■ Aim of the exercise ■
Search term "profile": copy each line of the data containing it.

■ Source material ■
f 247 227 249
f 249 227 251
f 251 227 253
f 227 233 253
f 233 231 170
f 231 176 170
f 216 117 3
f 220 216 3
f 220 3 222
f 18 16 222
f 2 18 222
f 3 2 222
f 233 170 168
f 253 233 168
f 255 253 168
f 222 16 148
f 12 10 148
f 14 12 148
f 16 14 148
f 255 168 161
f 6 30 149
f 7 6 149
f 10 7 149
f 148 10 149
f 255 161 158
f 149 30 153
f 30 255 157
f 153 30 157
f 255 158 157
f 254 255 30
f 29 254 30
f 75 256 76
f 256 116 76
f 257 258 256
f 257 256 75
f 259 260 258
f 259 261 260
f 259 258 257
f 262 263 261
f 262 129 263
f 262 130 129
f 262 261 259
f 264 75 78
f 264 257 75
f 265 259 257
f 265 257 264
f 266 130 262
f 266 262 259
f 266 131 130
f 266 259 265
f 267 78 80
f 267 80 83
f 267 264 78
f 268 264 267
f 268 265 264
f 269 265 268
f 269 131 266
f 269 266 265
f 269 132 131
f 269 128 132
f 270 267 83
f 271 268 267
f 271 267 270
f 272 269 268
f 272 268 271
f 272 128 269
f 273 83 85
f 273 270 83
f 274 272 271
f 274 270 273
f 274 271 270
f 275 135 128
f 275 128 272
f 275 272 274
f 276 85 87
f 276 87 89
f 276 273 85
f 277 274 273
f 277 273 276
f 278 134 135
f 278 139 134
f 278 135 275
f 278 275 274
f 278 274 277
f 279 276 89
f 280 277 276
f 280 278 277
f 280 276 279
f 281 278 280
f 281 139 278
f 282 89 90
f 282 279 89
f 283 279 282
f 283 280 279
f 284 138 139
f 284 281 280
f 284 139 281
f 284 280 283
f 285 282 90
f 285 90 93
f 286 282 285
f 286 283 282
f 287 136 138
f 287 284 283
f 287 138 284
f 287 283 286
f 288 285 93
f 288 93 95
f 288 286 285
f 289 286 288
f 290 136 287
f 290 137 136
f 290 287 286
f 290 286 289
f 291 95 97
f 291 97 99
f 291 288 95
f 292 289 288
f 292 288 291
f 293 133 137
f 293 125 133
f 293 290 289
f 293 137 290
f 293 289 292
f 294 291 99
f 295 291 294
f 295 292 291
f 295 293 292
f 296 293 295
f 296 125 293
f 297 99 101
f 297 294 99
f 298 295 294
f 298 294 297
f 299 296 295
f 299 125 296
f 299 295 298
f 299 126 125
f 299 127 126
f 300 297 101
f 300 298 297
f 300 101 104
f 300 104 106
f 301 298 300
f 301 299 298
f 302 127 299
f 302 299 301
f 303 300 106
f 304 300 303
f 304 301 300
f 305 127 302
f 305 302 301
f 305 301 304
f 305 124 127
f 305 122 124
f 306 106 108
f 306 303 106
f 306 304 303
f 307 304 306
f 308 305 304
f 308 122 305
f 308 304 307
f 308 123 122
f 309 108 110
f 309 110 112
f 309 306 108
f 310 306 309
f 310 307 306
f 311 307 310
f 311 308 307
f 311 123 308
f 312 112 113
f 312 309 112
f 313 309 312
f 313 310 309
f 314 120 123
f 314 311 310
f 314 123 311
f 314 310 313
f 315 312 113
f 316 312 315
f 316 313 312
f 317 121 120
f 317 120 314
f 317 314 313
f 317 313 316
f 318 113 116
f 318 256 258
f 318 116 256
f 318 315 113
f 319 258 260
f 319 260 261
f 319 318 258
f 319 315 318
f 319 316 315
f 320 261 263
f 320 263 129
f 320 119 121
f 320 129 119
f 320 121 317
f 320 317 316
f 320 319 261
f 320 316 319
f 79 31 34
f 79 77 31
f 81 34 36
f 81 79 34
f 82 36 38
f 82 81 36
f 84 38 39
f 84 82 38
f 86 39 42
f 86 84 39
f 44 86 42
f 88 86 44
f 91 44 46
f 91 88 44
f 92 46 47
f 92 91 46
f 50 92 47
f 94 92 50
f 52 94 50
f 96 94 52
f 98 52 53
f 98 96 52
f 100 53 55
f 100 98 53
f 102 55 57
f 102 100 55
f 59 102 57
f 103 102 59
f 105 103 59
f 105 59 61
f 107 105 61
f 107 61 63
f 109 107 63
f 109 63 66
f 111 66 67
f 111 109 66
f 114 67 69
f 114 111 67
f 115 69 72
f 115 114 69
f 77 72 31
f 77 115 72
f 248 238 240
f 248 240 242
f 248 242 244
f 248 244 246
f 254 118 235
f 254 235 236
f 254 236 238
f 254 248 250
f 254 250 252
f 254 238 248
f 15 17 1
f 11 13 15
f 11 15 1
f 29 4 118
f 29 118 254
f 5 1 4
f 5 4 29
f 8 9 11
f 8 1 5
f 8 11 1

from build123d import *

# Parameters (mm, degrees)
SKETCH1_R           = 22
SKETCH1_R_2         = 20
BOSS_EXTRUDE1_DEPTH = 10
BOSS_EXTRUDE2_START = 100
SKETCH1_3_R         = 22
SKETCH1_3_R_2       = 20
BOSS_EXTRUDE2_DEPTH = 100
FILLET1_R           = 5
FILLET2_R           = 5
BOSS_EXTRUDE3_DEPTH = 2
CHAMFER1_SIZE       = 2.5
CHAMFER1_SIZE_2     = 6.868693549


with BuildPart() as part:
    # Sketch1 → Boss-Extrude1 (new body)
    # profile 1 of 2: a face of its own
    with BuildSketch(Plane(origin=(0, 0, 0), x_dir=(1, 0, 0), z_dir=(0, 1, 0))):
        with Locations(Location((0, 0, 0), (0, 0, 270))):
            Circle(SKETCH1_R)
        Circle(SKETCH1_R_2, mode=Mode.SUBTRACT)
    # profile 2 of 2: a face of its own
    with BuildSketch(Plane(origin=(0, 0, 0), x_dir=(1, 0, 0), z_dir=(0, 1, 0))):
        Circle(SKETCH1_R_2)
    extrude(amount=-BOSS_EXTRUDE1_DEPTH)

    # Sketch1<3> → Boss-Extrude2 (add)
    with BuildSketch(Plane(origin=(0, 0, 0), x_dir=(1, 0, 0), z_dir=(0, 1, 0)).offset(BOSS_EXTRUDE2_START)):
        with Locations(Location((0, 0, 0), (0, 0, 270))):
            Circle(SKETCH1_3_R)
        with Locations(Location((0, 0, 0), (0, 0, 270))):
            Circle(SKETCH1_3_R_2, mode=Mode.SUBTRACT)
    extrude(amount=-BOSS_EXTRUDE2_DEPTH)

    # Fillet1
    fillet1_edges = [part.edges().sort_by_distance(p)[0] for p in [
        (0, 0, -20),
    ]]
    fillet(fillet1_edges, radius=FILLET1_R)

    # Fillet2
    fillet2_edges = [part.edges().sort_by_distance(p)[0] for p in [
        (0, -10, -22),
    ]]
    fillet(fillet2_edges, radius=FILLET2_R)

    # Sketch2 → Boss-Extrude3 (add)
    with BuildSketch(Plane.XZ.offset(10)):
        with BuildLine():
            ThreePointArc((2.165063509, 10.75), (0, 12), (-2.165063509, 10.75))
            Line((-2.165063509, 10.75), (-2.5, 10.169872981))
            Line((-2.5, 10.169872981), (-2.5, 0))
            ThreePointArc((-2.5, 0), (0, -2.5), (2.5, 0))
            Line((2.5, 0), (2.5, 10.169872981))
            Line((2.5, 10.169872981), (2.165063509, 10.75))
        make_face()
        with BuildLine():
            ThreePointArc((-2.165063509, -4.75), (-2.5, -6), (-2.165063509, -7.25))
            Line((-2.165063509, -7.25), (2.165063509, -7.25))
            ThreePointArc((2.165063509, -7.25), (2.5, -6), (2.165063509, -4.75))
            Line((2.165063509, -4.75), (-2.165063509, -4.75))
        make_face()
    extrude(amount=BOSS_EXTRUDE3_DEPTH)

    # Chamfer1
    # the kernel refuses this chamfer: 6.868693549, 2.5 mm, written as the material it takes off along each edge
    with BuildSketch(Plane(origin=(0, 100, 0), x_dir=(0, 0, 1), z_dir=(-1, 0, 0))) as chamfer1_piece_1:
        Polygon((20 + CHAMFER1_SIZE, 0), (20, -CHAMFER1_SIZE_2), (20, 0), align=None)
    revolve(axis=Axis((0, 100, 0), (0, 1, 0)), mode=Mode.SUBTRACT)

■ Answer space ■
    # profile 1 of 2: a face of its own
    # profile 2 of 2: a face of its own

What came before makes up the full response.